If you love and trust your spouse this is the most loving gift you can give them and yourself. I have to work at it all the time, thinking consciously about sex because it doesn't just pop into my head like it does for others. A happy sex life takes pressure off the little things in marriage, which can grow into huge resentments when a spouse is already unhappy and frustrated. If H and I had not figured out how to have a mutually fulfilling sex life, and kept looking at it as me vs him we would have probably ended up divorced or bitter. Sex is not something I do for him it is something we do together to strengthen our marriage and family.


----------



## lfh78 (Jun 4, 2013)

Anon Pink said:


> How often does your husband approach you for sex?
> How often do you turn him away?
> 
> Your posts so far indicate to me that you get horny for sex about once every week or two. Considering your age and kids ages, and work... kinda normal for a woman. If you are only having sex when you are horny for it, that would present a problem. If you are open to having sex more often, but are showing a lack of desire unless you are horny for sex, that would be felt as a rejection to your husband. So what you are seeking is help to get yourself horny and really wanting sex more often.
> ...


Hi Pink, I really like your post!
Thanks for your in-depth reply, What you have said makes complete sense. We do have sex more often (not just when I am horny) and I always enjoy it once its happening. Sometimes too many days pass by, and it gets my H in a dark place. Also my H would like it if "I was to initiate it or want it more". I /we have watched porn together, which we both enjoy. I will look at your story links. I don't think that I have ever really been a high sexual person, but my H says its getting worse. I know that I have to make sex more of a priority, I just have to remind myself to think about it and to make it a priority, that's why I am looking for something to kick start my brain & body into it. I know that our marital happiness, and personal happiness is directly linked to our sexual happiness. And that's the most important thing to me.


----------



## lfh78 (Jun 4, 2013)

Tall Average Guy said:


> How accurate are these complaints? They certainly sound familiar to me. I know at one point I felt like I was at the end of the list. Is that where you husband is at?
> 
> I get this as well. Men often slow down as they age. So as he nears 40, he thinks his best years are behind him. If you hit a HD point in five years, you have the potential for some real resentment from him.
> 
> One thing to look at is His Needs/Her Needs. May help make sure that he is meeting your emotional needs and keeping a good connection.


Hi Tall Guy
Yes that`s where my husband is at....
I know, and I don`t want him to resent me at all....


----------



## lfh78 (Jun 4, 2013)

Giro flee said:


> I have tried "fixing" my problem many different ways over the years. I tried reading erotica, watching porn, alcohol, bubble baths, masturbation, herbal remedies, etc. H and I have finally accepted that this is how I am. This doesn't mean we can't have frequent great sex!
> 
> We both noticed that once we started having sex I almost always enjoyed it as much as he did. I agreed to have sex whenever he asked. He in turn agreed to take over whatever I needed to do like dishes or bathing kids. While he does that I would grab a glass of wine or take a bath, or just go in the bedroom and get myself into a relaxed mood, whatever it takes to stop thinking about the kids, work, cleaning etc. Once he starts touching me, IF I focus on being relaxed and how he is touching me, I will get aroused and want sex just as much as he does. I have every confidence in my H as a great lover, I know he knows how to make me feel wonderful, I just need to let him.
> 
> I try to initiate as often as I can but it is awkward initiating when you don't feel desire. Sometimes I find myself initiating because I think I should not because of desire. I still feel a little broken and would fix this if I could as well.

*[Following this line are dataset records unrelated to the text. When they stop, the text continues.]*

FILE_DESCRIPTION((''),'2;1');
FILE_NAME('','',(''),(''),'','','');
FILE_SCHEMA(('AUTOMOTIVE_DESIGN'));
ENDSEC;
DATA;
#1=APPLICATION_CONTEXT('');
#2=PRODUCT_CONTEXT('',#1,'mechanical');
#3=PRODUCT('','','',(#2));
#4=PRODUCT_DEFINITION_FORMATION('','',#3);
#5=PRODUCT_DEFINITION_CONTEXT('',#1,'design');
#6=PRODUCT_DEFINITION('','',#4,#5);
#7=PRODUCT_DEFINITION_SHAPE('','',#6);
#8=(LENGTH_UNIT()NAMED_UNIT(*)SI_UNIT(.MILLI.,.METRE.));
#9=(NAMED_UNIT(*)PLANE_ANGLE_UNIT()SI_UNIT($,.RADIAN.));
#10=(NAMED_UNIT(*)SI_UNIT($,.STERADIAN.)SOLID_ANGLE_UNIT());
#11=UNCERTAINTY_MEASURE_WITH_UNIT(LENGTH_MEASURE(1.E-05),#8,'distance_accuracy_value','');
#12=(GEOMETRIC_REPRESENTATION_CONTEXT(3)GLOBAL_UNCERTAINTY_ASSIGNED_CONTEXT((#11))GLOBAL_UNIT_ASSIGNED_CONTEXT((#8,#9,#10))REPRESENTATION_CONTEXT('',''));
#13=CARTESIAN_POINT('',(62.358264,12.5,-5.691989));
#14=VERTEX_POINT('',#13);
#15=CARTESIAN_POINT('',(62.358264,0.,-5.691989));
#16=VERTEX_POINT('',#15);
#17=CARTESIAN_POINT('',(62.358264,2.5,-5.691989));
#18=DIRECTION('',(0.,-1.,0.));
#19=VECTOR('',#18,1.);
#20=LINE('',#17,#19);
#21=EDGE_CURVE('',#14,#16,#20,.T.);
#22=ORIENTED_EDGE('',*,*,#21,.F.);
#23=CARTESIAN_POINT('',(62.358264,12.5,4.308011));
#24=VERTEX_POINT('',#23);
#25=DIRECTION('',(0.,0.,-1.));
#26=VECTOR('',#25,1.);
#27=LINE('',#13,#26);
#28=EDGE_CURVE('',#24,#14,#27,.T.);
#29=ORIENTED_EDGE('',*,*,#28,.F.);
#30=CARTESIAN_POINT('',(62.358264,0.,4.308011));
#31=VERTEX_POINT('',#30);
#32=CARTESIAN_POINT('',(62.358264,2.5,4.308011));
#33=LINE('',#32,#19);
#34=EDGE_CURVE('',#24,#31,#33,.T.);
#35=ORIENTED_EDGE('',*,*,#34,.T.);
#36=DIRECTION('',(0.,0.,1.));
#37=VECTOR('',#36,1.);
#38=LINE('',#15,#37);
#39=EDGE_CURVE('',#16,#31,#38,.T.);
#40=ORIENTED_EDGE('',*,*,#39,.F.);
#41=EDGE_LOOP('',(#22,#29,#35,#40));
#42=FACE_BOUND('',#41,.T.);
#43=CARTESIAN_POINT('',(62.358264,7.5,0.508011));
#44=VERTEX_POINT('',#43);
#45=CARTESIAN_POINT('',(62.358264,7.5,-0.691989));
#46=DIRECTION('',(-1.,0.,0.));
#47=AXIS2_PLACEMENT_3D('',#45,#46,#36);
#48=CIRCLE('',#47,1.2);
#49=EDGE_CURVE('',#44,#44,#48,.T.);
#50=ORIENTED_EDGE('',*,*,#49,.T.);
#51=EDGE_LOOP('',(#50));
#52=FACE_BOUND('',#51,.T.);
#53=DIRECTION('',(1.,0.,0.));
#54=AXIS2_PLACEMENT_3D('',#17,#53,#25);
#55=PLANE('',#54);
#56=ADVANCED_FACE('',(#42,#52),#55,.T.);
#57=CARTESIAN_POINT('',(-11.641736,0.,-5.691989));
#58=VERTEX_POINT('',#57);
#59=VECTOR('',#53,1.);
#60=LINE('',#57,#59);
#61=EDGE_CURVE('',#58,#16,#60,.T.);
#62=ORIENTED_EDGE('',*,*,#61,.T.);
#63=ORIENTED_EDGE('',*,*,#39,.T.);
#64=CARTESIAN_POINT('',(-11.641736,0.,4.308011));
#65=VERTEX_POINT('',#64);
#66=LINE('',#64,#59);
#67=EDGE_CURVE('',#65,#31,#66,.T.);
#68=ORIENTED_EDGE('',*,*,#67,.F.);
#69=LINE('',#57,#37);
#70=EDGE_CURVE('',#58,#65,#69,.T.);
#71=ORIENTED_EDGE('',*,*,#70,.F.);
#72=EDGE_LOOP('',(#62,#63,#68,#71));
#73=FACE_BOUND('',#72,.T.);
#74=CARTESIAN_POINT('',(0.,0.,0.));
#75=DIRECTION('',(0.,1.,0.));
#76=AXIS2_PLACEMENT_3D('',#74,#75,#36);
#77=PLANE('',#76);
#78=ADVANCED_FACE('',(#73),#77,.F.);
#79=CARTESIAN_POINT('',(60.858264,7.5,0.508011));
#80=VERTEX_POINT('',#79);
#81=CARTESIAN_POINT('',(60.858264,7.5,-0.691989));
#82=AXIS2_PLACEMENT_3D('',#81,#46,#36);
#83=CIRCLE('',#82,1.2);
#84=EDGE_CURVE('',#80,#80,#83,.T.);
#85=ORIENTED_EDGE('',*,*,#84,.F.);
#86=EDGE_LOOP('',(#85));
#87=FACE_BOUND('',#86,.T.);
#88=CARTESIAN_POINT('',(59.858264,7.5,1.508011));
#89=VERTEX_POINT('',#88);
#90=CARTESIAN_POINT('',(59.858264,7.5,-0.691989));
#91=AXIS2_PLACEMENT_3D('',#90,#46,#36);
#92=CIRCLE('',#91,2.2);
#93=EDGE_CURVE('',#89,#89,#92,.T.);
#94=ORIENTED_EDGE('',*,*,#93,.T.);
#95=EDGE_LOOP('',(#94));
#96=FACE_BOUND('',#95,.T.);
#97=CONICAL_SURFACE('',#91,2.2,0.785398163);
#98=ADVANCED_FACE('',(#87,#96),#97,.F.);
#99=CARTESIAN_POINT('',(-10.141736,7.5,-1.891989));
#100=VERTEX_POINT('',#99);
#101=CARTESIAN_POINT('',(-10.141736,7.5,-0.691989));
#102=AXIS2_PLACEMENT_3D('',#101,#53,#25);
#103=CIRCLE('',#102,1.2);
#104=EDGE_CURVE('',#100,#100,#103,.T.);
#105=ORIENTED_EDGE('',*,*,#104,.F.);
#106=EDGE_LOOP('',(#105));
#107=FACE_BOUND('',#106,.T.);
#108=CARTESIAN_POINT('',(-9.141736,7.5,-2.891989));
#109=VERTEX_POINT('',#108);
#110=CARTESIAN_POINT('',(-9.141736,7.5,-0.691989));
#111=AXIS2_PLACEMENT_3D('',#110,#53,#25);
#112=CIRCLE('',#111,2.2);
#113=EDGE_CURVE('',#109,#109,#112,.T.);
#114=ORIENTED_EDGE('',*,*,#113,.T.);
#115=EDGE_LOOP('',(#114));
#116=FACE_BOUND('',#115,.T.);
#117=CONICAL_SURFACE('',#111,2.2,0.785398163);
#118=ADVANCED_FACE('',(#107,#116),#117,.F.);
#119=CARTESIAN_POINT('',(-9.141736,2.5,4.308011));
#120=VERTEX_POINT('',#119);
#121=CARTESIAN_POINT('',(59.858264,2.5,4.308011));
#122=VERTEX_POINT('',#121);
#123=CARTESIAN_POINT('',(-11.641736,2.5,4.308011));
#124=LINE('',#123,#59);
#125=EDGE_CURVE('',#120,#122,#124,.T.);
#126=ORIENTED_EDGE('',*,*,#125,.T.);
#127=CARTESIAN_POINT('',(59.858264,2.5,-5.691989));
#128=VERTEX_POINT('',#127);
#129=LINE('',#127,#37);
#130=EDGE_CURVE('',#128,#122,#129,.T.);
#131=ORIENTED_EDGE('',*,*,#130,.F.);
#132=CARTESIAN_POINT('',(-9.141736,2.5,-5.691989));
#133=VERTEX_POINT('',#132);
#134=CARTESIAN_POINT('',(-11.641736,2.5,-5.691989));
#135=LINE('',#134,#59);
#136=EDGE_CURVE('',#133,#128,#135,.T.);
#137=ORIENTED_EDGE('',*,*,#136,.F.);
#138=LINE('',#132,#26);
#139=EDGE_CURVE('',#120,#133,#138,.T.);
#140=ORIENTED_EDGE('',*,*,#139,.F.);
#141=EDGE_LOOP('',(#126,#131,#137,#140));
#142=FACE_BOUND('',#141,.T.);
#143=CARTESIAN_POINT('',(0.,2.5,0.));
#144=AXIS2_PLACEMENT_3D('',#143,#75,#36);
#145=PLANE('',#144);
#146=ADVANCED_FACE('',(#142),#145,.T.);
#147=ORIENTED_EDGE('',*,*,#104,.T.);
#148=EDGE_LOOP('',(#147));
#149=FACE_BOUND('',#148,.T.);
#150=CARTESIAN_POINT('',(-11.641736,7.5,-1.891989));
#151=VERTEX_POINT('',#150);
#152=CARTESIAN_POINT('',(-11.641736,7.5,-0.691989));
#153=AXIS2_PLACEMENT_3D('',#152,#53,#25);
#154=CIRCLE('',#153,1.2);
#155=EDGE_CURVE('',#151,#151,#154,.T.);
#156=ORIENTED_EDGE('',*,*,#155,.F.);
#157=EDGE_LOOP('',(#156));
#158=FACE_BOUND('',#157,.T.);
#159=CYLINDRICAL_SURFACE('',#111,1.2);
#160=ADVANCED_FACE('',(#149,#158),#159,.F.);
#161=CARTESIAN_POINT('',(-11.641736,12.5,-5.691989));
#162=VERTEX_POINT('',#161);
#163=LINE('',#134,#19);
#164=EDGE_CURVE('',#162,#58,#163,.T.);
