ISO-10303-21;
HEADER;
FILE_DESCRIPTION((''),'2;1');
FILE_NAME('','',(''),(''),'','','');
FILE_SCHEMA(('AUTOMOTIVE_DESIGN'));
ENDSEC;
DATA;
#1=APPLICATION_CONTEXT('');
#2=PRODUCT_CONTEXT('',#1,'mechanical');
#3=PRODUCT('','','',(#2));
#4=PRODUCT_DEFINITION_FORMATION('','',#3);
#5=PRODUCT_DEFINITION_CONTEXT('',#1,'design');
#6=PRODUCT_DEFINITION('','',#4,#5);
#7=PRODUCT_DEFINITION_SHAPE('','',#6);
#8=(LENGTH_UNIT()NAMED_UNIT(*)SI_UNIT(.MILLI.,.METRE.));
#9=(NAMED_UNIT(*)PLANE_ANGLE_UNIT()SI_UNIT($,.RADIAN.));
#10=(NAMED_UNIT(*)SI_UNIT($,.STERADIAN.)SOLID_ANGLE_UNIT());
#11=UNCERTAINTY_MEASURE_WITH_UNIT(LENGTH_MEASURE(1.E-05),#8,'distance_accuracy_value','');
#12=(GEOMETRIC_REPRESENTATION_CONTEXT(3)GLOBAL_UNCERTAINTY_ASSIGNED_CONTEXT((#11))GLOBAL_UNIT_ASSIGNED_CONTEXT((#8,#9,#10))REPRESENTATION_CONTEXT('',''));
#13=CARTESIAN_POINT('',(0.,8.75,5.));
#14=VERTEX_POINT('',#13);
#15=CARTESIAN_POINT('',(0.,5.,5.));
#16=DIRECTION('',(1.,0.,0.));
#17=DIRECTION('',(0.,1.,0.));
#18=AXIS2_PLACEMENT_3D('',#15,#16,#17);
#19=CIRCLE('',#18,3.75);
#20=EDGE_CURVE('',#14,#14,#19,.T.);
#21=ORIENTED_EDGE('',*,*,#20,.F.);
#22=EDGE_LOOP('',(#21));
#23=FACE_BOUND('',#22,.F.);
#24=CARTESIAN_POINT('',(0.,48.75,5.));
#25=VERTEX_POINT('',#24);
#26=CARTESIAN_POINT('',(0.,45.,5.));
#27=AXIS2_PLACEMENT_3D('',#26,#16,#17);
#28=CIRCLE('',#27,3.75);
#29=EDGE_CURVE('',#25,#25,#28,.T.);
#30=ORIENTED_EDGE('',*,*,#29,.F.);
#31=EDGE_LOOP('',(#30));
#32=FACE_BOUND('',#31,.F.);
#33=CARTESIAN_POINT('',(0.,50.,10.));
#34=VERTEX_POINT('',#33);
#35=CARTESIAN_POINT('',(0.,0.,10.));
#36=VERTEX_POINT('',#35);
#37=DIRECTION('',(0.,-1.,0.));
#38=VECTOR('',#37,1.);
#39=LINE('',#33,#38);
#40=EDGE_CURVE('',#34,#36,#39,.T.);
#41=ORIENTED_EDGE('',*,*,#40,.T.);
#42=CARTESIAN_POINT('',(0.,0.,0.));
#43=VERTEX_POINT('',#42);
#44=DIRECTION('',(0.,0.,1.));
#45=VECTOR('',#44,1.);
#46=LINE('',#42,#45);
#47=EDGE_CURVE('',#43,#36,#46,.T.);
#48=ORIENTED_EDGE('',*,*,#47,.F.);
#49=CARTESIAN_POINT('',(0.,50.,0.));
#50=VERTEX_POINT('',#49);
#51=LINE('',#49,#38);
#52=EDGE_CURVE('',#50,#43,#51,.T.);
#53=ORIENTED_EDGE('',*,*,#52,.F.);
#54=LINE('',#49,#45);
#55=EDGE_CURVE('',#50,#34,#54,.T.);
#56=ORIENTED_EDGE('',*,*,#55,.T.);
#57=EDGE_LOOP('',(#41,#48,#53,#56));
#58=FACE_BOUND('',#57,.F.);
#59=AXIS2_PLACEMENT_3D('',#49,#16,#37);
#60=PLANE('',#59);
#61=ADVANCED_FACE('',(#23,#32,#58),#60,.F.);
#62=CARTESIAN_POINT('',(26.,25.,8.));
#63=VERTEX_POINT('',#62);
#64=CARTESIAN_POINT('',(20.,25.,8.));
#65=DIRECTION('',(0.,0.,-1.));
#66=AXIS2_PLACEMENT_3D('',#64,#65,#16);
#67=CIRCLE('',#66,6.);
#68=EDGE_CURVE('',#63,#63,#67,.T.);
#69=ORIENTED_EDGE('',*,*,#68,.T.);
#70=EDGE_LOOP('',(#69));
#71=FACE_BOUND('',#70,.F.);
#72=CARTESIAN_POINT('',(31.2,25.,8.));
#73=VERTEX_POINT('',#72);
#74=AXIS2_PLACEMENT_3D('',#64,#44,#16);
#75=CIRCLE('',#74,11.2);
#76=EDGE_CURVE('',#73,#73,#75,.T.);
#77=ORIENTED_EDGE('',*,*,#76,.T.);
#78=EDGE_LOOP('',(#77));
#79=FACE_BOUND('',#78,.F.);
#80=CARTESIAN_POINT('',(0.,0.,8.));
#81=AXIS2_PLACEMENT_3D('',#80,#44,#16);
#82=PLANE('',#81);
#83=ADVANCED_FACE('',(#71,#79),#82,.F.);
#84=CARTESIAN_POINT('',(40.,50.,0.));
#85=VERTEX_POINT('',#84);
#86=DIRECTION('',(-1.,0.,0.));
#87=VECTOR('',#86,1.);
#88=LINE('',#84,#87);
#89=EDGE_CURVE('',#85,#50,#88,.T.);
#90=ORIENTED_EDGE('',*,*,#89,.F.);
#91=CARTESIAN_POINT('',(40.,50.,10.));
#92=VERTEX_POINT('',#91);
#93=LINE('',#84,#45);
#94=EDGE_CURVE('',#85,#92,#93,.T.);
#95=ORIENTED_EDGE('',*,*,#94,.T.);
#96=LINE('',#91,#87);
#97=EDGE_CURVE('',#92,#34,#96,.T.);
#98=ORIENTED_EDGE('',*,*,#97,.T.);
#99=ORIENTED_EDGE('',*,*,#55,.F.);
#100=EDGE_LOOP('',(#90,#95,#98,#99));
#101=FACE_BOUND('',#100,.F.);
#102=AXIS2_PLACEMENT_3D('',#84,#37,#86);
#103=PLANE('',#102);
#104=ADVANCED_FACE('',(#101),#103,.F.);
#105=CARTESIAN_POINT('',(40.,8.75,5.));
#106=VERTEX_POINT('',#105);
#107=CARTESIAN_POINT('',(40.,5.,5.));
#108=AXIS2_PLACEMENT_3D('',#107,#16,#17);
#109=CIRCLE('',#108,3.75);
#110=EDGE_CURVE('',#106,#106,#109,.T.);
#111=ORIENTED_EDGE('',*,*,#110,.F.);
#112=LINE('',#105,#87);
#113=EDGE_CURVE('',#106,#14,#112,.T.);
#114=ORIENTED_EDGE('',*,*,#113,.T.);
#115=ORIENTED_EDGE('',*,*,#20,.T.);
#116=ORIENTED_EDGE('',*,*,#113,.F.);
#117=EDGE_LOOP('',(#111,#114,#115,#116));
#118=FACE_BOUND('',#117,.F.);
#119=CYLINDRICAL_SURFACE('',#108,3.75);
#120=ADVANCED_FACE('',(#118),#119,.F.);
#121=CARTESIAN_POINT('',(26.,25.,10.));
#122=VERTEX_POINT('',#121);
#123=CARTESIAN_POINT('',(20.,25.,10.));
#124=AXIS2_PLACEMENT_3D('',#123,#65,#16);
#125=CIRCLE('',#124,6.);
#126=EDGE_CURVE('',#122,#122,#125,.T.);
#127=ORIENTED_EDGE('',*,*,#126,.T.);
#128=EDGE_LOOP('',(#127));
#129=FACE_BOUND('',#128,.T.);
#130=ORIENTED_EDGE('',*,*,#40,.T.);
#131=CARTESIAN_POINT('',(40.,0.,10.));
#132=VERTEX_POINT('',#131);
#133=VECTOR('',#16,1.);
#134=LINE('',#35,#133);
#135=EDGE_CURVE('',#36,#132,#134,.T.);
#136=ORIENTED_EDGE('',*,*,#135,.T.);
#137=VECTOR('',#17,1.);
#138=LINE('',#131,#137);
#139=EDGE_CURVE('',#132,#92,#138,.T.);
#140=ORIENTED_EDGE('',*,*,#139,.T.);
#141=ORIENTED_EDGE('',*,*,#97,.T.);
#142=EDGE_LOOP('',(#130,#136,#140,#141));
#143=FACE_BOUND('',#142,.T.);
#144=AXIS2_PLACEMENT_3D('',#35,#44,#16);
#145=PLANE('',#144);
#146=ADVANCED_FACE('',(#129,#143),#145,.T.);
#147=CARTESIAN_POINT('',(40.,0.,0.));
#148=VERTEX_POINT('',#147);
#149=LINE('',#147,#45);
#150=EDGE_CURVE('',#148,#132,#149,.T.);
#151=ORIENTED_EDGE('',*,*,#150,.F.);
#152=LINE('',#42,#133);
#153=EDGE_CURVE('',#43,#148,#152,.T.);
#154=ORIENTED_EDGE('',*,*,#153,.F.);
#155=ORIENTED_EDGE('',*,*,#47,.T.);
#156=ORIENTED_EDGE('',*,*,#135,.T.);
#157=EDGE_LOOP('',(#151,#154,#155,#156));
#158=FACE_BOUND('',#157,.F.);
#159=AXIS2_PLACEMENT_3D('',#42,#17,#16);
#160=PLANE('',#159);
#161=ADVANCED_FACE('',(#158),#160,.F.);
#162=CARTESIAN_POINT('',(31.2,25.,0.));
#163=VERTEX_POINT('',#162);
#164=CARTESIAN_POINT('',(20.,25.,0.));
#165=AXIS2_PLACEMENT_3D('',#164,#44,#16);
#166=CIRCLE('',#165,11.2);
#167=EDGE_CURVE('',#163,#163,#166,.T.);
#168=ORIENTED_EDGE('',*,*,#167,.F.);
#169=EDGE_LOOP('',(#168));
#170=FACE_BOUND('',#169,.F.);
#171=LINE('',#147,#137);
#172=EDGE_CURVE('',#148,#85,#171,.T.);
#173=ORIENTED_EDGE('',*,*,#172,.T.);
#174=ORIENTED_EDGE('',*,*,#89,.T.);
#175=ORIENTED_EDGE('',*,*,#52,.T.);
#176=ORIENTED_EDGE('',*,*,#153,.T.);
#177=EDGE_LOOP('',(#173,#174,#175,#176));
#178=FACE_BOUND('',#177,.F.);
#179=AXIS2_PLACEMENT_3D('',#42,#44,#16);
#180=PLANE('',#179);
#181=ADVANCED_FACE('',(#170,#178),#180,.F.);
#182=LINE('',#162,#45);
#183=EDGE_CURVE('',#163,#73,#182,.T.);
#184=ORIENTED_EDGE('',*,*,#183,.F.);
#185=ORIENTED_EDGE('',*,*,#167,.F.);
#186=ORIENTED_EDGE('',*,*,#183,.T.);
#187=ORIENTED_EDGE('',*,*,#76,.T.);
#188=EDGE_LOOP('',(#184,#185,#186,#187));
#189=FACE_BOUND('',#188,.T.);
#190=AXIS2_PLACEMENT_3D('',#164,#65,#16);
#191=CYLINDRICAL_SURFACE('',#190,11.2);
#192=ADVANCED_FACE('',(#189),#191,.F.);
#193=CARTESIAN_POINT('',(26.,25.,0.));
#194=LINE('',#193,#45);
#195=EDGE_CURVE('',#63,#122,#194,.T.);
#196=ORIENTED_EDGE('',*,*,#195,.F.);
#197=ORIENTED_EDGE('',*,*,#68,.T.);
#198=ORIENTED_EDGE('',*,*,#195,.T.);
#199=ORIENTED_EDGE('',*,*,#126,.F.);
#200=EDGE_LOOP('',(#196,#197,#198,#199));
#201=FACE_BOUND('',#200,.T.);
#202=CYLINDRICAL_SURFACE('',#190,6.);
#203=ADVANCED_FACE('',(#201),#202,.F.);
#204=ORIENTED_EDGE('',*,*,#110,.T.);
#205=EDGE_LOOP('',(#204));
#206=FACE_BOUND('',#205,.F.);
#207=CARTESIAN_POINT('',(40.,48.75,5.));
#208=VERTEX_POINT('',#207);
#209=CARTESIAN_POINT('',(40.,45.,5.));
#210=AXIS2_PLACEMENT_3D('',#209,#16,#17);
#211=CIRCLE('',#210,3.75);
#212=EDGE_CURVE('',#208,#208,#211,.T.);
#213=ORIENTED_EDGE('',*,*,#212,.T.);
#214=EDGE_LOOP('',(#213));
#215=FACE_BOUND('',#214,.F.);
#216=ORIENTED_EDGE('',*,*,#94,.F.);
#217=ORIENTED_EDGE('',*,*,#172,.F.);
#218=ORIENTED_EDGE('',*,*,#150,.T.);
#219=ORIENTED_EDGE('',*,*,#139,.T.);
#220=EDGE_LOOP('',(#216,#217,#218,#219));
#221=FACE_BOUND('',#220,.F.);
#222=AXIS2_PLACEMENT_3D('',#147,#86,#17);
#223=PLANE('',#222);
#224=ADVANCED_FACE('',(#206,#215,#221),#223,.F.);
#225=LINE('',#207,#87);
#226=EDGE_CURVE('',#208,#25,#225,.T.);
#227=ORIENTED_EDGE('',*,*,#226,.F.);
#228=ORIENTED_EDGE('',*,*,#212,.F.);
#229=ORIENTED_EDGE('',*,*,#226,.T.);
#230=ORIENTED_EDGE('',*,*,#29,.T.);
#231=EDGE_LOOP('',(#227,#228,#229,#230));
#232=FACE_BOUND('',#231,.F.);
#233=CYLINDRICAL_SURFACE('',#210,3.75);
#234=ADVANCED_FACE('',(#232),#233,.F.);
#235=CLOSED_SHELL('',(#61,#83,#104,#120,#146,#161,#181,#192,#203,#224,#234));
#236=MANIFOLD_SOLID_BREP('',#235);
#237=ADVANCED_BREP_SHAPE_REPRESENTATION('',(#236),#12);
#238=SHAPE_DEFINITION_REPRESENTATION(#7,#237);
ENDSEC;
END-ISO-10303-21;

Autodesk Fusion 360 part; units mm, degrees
sketch "Top" plane through (0, 0, 0) normal (0, 0, 1) x (1, 0, 0)
  line L0 (0, 0) -> (40, 0)
  line L1 (40, 0) -> (40, 50)
  line L2 (40, 50) -> (0, 50)
  line L3 (0, 50) -> (0, 0)
  circle A0 centre (20, 25) radius 11.2
  circle A1 centre (20, 25) radius 6
  dimension "d6" = 40
  dimension "d7" = 50
  dimension "d11" = 22.4
  dimension "d12" = 25
  dimension "d13" = 20
  dimension "d27" = 12
extrude "Extrude1" add sketch "Top" along normal blind 10 contours L0 L1 L2 L3 | A0 | A1
extrude "Extrude2" cut sketch "Top" along normal blind 8 contours A0 | A1
sketch "Sketch2" plane through (40, 0, 0) normal (1, 0, 0) x (0, 1, 0)
  line L0 (0, 0) -> (50, 0)
  line L1 (50, 0) -> (50, 10)
  line L2 (50, 10) -> (0, 10)
  line L3 (0, 10) -> (0, 0)
  circle A0 centre (5, 5) radius 3.75
  circle A1 centre (45, 5) radius 3.75
  dimension "d16" = 7.5
  dimension "d17" = 7.5
  dimension "d18" = 5
  dimension "d19" = 5
  dimension "d20" = 5
  dimension "d21" = 5
extrude "Extrude3" cut sketch "Sketch2" against normal blind 50 contours A0
extrude "Extrude4" cut sketch "Sketch2" against normal blind 50 contours A1
extrude "Extrude5" cut sketch "Top" along normal blind 20 contours A1
equation "length = 50 mm"
equation "width = 40 mm"
equation "thickness = 10 mm"
equation "extra = 10 mm"
equation "fit_gap = 0.2 mm"
equation "d6 = width"
equation "d7 = length"
equation "d8 = thickness"
equation "bearing_outer_radius = 11.1 mm"
equation "d11 = ( bearing_outer_radius * 2 ) + fit_gap"
equation "d12 = length / 2"
equation "d13 = width / 2"
equation "d14 = thickness - 2 mm"
equation "d16 = 3 * thickness / 4"
equation "d17 = 3 * thickness / 4"
equation "d18 = thickness / 2"
equation "d19 = thickness / 2"
equation "d20 = thickness / 2"
equation "d21 = thickness / 2"
equation "d22 = -( width + extra )"
equation "d24 = -( width + extra )"
equation "bearing_inner_radius = ( 8 mm + 4 mm ) / 2"
equation "d27 = bearing_inner_radius * 2"
equation "d28 = thickness + extra"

Hi Giro Flee, thanks for your honest & open reply. Yes this makes sense and is a good idea. This is how I feel and I get these results when I try to think about it during the day or focus on it. My husband is a great lover, and he knows what to do.
But like you said it is awkward to initiate it when the desire isn't there, and I totally get the "broken and would fix this"


----------



## lfh78 (Jun 4, 2013)

GettingIt said:


> I was about to write a reply, but Anon Pink beat me to it!
> 
> I agree whole heartedly that your situation is common. There are a million things to focus on in life, particularly if you are a mom, and many of those things are emotionally and physically draining, not replenishing. But here is the good news: a good sex life gives back. It's not like so many other tasks in life when you give, give, give and feel like you get little in return. If you can figure out how to get your sexual groove back and put in the time an energy to keep it back, it will improve so many other areas of your life and marriage.
> 
> ...


Hi Getting It, thanks for your open & honest reply. It all sounds good, and makes sense. And yes this is very important to me and my H, but I don't know how to begin & how to find or wake up my sexual self ...... and then guard & keep it....i feel lost! I am gonna try to read more material on here, thanks so much.


----------



## lfh78 (Jun 4, 2013)

MissScarlett said:


> I know several couples who talk about and schedule sex for the week. Say you and your husband can agree on 2x /week. Look at your calendar, pick the two best days. He wont have to spend every day wondering if he gets to have sex that evening and you know ahead of time to get yourself in the mood.
> 
> There are many things we do because they need to be done. Things for our kids, going to the gym, scheduling doctors appointments, etc. I only want to go to the gym once a month - but I go several times per week and I generally don't regret it.
> 
> ...


Hi Miss Scarlett, thanks for your response.
I have heard this before, and yes i guess it makes sense to schedule sex if you have that busy of a lifestyle. And also so that the partner doesn't have to wonder if tonight is the night? But we are now at the point that we have every evening together except the odd few, so scheduling isn't the problem. And I don't like the idea of having it scheduled....makes it feel like a must then, not a want.


----------



## lfh78 (Jun 4, 2013)

Giro flee said:


> If you love and trust your spouse this is the most loving gift you can give them and yourself. I have to work at it all the time, thinking consciously about sex because it doesn't just pop into my head like it does for others. A happy sex life takes pressure off the little things in marriage, which can grow into huge resentments when a spouse is already unhappy and frustrated. If H and I had not figured out how to have a mutually fulfilling sex life, and kept looking at it as me vs him we would have probably ended up divorced or bitter. Sex is not something I do for him it is something we do together to strengthen our marriage and family.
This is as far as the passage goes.